THE ROAD TO GANESHA
In this time and age of crisis, success is touch and go, its stifling, common practice.
I am China, a unique land, once fragile as a plant. This dream is what I nourished: to impress, adding to what I am and own instead of holding on to what I have accumulated over the years.
In other words, shaping my own future. This, and a knack of when to tarry or to act, stopping the ripe hour from turning overripe, decaying.
Hard feat, but not impossible. Rolling up my sleeves, I went around running the errands of a dreamer. Seeking inspiration. Ways. Means. Too dumb to know the impossible, I never forfeit dreams. I challenge them with ability, enlisting gut: an energy that bursts its corners and its seams, feeling the weight, the pressure, yet never going down. Engage in spin and bustle, wit, backbone, their yielding priceless. My trick was to be wise, invest in resilience and determination, in the advantageous resource that is the West’s allegiance. To design. Shape. Share and reinforce by teaching. Teaching my children about the world they form part of, preparing them for the challenges it provides, the joys and friendships it can yield. My buds were stimulated. Moving in the right direction, I have already stretched my limbs far and wide, searching for new depths, always seeking new horizons.
My roots are interspersed from Asia down to Europe, sniffing the scene, exploring territories and possibilities, exploiting other markets and opportunities. Plied my trade through thick and thin away from the home soil that has fed me with the necessary food of knowledge: from the realms of electronics to the skills of trade and commerce, mechanics, arts and self defence; from the renaissance of science to the threats of climate change and terrorism, of the financial crisis; from the lures of innovation to the economic market with the maturity, political and otherwise, of an adult that has seen the ups and downs of time and situation and weathered them all with flying colours. Used to the maximum my highly adept sensory antennas.

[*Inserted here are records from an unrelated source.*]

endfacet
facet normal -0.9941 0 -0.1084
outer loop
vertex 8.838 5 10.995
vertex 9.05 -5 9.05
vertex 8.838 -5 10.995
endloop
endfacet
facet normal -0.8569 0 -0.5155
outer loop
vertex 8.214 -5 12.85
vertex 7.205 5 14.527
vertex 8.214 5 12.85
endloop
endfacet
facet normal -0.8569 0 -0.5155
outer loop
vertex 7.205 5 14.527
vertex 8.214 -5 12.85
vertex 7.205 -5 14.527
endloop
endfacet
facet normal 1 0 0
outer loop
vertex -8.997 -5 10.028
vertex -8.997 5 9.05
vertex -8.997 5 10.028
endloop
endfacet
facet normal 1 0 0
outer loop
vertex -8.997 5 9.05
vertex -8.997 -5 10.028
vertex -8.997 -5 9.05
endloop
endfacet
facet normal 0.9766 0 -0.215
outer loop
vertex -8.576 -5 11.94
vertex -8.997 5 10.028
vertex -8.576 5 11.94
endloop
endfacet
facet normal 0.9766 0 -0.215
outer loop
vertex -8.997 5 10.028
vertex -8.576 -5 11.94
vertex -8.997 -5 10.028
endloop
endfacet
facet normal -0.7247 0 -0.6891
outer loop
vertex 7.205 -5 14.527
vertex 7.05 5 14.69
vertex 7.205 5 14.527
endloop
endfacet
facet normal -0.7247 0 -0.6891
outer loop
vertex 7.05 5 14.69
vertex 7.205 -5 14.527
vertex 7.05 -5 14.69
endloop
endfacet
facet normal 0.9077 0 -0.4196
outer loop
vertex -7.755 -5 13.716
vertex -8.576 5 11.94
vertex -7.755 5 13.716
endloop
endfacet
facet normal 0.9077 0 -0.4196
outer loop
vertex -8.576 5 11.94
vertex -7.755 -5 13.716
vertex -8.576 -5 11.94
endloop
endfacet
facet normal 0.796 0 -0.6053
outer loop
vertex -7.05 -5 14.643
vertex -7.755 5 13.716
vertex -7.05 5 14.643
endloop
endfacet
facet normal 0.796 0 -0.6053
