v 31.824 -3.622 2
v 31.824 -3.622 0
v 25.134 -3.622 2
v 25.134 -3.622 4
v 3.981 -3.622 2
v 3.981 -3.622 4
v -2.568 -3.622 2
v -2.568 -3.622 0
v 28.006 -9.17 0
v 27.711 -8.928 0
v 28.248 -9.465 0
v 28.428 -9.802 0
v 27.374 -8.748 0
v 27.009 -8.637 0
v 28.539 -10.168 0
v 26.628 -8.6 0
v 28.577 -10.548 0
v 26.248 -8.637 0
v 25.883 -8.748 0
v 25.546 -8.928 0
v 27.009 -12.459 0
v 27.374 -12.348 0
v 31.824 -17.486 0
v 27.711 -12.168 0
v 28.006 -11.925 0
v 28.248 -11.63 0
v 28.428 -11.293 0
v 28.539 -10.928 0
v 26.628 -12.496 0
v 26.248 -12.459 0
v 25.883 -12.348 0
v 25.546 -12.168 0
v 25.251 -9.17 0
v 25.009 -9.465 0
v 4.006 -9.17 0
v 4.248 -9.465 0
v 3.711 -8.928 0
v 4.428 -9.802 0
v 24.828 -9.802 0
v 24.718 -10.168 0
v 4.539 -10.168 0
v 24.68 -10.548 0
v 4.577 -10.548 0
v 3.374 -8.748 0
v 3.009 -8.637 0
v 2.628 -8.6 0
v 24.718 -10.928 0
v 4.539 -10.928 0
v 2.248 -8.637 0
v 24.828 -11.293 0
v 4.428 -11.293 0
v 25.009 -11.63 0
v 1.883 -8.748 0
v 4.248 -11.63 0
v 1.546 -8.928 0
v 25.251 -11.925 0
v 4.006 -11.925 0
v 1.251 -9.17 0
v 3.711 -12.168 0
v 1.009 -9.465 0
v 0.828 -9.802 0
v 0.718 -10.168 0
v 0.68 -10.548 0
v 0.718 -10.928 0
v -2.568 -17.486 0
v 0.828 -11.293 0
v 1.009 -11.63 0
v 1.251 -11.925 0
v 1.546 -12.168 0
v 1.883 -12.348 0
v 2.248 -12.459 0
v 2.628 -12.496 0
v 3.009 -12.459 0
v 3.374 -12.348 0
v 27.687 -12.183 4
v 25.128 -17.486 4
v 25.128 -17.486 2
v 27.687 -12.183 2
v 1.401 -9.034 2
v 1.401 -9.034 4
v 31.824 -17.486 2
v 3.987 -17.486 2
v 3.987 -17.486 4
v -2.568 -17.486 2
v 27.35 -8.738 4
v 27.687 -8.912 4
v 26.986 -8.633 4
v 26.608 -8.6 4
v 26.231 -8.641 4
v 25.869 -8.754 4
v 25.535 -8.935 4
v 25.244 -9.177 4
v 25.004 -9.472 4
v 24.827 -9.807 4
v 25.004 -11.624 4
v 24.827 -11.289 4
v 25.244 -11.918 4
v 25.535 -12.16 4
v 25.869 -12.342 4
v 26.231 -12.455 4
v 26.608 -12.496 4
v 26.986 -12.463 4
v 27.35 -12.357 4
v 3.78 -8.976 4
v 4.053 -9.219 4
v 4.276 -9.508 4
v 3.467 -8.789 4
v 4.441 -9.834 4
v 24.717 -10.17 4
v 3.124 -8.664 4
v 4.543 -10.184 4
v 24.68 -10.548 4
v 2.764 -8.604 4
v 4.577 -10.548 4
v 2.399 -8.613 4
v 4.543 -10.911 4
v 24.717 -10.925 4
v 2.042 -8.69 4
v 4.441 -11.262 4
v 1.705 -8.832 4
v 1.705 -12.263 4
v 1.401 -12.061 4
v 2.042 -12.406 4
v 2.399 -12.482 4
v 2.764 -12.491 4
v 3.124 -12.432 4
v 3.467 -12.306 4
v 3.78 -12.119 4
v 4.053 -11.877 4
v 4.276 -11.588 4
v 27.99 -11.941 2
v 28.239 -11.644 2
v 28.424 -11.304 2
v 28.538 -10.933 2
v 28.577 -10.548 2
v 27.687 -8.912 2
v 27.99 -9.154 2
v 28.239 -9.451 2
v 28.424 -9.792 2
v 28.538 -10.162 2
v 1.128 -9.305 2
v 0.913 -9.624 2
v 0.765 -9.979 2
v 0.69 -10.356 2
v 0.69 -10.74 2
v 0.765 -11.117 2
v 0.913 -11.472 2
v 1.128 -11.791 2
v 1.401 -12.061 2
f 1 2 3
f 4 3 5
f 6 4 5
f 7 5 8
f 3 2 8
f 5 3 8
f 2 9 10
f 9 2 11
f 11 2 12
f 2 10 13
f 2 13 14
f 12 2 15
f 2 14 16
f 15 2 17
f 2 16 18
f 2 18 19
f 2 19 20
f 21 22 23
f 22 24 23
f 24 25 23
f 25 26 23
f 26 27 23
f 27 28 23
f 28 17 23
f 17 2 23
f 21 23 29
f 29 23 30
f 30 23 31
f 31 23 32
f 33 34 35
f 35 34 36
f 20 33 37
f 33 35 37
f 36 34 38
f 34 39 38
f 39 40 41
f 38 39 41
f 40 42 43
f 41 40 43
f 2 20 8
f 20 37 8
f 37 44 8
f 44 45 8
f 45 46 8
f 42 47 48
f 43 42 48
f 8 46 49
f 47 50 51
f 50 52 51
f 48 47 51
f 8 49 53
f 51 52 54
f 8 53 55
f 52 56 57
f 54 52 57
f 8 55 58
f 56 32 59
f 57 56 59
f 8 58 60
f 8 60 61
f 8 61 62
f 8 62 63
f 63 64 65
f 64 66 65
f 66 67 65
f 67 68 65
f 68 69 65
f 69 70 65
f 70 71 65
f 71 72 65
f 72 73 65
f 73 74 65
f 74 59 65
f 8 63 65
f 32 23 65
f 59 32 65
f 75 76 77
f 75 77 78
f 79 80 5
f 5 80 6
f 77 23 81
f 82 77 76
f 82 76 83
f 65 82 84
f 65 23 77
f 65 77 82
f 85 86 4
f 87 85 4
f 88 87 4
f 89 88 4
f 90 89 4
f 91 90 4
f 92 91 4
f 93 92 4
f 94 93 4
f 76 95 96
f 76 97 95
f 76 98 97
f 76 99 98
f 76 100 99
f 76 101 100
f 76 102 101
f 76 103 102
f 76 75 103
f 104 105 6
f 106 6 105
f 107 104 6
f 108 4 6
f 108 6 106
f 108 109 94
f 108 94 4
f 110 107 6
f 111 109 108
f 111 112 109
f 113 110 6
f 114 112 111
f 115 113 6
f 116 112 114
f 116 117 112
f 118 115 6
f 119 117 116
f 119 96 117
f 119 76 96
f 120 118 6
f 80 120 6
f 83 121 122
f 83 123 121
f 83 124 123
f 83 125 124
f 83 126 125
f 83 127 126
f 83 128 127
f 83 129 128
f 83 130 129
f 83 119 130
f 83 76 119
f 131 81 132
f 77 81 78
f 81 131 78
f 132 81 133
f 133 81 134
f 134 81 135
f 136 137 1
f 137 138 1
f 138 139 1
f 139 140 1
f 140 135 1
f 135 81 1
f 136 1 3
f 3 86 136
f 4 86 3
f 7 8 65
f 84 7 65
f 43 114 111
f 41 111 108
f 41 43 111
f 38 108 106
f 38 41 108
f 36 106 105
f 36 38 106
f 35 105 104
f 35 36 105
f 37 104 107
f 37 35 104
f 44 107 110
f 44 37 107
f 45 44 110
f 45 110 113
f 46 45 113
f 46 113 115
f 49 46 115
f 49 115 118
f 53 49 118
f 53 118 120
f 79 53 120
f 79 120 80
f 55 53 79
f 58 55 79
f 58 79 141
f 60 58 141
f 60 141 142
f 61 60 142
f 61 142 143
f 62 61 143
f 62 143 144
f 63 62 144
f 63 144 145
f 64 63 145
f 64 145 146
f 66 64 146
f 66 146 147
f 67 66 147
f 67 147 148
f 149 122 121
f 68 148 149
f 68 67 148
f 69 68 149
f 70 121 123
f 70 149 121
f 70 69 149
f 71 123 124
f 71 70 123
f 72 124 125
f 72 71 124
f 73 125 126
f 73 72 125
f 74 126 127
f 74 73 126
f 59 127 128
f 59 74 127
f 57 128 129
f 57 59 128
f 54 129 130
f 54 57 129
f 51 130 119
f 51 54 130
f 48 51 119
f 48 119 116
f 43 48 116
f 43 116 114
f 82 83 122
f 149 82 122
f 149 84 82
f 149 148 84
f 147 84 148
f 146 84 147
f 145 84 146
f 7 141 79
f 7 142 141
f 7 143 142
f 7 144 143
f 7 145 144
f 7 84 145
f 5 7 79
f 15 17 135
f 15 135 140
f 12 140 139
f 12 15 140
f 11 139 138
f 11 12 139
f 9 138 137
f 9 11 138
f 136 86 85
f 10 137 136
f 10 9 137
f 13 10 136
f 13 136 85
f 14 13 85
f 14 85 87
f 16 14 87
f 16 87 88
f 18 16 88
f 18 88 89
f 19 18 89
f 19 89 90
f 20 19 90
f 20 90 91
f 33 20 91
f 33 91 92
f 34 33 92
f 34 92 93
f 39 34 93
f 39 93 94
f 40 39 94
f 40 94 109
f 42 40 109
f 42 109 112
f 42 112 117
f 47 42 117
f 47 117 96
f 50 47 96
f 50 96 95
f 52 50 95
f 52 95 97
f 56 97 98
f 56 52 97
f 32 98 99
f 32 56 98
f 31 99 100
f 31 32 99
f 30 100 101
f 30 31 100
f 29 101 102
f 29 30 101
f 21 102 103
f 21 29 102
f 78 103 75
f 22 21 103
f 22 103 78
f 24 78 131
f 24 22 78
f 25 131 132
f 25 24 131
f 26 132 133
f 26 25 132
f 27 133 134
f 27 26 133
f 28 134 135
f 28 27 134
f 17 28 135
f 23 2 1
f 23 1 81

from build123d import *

# Parameters (mm, degrees)
SKETCH3_W           = 34.39206684
SKETCH3_H           = 13.864626052
SKETCH3_R           = 1.948262706
BOSS_EXTRUDE1_DEPTH = 4
CUT_EXTRUDE2_DEPTH  = 2


with BuildPart() as part:
    # Sketch3 → Boss-Extrude1 (new body)
    with BuildSketch(Plane(origin=(0, 0, 0), x_dir=(-1, 0, 0), z_dir=(0, 0, 1))):
        with Locations((-14.628449162, 10.554141489)):
            Rectangle(SKETCH3_W, SKETCH3_H)
        with Locations(Location((-26.628449162, 10.547774914, 0), (0, 0, 180))):
            Circle(SKETCH3_R, mode=Mode.SUBTRACT)
        with Locations(Location((-2.628449162, 10.547774914, 0), (0, 0, 180))):
            Circle(SKETCH3_R, mode=Mode.SUBTRACT)
    extrude(amount=BOSS_EXTRUDE1_DEPTH)

    # Sketch4 → Cut-Extrude2 (cut)
    with BuildSketch(Plane.XY.offset(4)):
        Polygon((3.987302292, -3.609095314), (-2.567584258, -3.609095314), (-2.567584258, -17.486454515), (3.987302292, -17.486454515), (0.680186456, -10.547774914), align=None)
        Polygon((25.128096542, -3.609095314), (31.824482582, -3.609095314), (31.824482582, -17.486454515), (25.128096542, -17.486454515), (28.476289562, -10.547774914), align=None)
    extrude(amount=-CUT_EXTRUDE2_DEPTH, mode=Mode.SUBTRACT)


solid = part.part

Pitkin said life begins at forty, as by this time one is knowledgeable enough not to suffer any longer from the perplexities of life. Standing out, now, let me tie the fortieth knot on my bumper harvest of acquests and agreements, realized dreams and cancelled frictions.The world lies in my grasp, yet it still tickles my fingertips. My drive knows few hiccups. My deftness knows no bounds. Nurtured by Hermes’ light, by the warmth of good investment, and fortified by the vitamin drink of valuable information, I have grown into a giant tree, third largest in the world’s economy. Along the way, gale force winds hurled their whips at me. I built them into bridges. And yet, I do not believe in sitting on my laurels, although, admittedly, I am entitled to bask a little in my glory. What I achieved, was gotten through arduous sweat and toil, through thrift and braving the rough waters of risk management. I branched in all directions, growing arms I barely can control the way they leaf and multiply. They perform one quantum leap after another, brimming with satisfaction and success. Under the aegis of true friendship, mutual, I go everywhere I fancy, linking myself to big names, big economic markets. I have seen an outpour of good business: the sweet tasting fruit of my labour of love. I have developed an overflow of strength few others can surpass. Yet I move on. There is always space and scope for learning.

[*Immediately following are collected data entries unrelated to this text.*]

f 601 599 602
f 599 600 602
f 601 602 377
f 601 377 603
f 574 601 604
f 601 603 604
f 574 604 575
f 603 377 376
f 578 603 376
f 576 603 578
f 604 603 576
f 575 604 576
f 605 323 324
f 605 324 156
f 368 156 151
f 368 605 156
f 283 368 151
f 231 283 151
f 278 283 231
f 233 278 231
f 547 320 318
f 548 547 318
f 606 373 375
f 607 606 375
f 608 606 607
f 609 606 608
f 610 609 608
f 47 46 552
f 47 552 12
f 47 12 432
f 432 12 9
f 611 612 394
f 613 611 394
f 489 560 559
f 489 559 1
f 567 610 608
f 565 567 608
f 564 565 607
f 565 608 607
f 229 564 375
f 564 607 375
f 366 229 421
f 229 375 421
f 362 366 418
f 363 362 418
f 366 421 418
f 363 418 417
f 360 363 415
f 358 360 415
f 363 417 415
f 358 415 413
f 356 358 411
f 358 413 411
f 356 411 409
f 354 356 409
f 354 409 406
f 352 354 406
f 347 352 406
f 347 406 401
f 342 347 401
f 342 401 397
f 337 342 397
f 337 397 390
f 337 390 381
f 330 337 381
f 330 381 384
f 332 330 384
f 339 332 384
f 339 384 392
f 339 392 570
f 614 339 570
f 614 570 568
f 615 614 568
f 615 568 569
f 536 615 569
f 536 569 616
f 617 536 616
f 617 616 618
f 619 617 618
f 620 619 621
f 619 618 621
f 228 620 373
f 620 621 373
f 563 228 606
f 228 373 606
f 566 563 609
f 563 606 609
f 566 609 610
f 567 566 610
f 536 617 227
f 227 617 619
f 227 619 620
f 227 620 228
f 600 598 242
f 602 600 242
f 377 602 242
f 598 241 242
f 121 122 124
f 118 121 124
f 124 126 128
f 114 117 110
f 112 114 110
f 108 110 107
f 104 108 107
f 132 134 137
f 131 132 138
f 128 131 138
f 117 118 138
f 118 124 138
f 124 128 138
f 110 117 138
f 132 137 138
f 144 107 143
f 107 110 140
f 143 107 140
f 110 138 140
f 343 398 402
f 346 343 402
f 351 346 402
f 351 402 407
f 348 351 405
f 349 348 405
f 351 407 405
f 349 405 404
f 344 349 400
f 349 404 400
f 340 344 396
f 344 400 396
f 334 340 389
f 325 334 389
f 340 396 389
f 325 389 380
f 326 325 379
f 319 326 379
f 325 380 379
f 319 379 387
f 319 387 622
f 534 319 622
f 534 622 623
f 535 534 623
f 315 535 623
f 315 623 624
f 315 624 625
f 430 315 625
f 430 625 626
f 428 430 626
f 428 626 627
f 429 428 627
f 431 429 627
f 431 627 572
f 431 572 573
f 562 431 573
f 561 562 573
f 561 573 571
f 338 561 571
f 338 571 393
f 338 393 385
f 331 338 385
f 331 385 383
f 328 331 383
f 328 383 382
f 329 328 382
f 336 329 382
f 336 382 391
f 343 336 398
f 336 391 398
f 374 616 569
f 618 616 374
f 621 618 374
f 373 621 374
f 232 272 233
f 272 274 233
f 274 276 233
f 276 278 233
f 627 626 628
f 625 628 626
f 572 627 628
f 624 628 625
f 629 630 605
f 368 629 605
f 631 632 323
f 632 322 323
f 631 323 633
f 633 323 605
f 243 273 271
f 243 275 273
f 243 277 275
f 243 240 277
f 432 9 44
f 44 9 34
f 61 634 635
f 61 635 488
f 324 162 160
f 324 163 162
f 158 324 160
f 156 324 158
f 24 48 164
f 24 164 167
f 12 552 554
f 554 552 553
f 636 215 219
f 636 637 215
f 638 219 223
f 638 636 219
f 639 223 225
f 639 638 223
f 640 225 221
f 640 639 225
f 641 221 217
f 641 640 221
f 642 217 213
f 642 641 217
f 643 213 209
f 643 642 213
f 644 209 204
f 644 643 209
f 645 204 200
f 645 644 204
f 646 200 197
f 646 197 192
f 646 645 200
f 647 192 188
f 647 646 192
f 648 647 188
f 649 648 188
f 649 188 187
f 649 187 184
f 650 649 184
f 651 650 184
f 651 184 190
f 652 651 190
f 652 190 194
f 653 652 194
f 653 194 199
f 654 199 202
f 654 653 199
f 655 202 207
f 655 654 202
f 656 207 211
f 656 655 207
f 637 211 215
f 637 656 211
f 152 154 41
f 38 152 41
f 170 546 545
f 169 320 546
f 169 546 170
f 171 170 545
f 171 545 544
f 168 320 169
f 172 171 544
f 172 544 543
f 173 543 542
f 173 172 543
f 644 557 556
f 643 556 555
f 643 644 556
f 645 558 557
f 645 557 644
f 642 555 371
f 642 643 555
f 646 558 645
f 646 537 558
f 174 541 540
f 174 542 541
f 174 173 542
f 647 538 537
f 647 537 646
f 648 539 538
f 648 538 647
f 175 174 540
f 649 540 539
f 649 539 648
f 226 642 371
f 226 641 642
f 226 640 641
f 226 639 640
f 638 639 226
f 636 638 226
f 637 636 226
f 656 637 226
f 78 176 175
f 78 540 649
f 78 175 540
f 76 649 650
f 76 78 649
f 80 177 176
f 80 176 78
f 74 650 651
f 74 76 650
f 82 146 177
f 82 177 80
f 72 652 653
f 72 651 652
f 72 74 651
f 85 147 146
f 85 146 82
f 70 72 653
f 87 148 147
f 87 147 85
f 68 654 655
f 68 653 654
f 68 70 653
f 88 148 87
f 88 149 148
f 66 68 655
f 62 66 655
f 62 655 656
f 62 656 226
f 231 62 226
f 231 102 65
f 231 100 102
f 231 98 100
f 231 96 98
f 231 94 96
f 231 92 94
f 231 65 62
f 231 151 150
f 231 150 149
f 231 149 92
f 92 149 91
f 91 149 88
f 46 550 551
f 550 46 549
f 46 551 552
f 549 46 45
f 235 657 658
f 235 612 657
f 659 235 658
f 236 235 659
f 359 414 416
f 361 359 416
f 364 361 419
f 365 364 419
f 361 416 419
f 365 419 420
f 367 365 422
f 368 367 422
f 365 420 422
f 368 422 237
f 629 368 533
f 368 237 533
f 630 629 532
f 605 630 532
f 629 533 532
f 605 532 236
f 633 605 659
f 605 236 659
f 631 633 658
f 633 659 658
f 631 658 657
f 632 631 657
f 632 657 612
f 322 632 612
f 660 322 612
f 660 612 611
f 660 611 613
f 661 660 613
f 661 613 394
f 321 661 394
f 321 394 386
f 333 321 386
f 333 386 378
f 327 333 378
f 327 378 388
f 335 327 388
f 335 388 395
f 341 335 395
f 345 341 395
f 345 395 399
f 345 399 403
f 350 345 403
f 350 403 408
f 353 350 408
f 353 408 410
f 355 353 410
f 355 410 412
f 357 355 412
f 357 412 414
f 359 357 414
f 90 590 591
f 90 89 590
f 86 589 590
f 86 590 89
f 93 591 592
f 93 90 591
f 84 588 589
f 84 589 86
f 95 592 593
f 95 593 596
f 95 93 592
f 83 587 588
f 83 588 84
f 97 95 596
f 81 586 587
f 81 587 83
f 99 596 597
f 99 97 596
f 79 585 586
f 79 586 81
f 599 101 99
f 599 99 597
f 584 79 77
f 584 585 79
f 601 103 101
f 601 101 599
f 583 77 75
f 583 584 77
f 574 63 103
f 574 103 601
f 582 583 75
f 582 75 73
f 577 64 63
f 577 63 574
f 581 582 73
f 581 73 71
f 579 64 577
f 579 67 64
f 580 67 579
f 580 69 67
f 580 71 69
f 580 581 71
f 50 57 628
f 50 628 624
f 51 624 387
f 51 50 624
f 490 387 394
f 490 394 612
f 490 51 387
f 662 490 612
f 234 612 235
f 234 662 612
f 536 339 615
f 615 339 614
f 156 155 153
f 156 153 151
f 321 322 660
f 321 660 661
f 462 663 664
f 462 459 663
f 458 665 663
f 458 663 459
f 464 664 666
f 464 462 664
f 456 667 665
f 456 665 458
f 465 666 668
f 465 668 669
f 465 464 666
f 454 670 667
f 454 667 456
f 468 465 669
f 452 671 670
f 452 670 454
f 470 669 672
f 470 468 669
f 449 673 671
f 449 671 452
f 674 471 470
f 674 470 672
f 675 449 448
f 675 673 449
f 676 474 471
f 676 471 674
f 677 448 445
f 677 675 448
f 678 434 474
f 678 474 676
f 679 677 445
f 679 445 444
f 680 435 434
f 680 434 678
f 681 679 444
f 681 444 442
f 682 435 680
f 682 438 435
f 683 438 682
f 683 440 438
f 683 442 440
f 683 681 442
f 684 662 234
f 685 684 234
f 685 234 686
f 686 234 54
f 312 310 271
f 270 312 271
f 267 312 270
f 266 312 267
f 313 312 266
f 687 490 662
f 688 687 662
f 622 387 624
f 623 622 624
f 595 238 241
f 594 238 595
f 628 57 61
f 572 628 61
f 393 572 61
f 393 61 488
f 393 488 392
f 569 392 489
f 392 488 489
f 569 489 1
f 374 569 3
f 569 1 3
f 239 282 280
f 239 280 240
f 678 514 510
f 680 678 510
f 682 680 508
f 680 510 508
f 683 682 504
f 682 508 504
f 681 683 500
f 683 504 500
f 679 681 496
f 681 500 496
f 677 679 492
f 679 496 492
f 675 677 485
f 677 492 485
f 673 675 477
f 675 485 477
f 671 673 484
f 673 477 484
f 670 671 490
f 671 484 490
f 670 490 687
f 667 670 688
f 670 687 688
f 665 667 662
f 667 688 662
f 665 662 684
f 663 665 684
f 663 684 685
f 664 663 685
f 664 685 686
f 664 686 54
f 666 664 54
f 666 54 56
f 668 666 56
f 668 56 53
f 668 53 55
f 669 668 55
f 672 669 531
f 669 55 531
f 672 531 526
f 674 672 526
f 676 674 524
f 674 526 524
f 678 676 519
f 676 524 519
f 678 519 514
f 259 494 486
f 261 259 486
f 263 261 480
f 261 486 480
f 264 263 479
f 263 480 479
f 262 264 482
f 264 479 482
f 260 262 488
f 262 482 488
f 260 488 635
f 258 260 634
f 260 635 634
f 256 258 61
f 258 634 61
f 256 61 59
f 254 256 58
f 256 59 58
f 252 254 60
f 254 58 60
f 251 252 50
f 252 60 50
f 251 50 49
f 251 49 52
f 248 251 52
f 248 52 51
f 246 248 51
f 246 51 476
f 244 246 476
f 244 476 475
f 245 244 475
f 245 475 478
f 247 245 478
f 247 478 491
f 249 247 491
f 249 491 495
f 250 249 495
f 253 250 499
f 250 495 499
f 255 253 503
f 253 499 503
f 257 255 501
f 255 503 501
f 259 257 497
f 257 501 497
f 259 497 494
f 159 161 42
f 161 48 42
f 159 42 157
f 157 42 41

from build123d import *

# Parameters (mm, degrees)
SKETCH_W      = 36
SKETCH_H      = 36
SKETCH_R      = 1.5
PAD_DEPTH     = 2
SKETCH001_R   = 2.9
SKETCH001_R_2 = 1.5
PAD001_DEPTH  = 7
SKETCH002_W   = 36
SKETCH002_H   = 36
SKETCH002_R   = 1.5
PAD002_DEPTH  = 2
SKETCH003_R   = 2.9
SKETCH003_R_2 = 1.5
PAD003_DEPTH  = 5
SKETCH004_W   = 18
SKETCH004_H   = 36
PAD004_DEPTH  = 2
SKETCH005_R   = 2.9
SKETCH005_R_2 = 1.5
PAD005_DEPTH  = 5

Along with success comes responsibility, and I’m conscious of mine. I always give and take. The environment- natural, social and political- and me, we need each other for sustenance. In partnership, we trade, cooperate, in solitude we drown. This is no time to frown upon or bicker, but to barter and grow richer.
So, here I stand, now, like a funambulist, slick, balancing a combination of confidence and daring, fast on the right track, the apple of intrigue mantained between my teeth, there but not enough, walking the magnate tightrope, not stopping to look back, for looking back is suicide.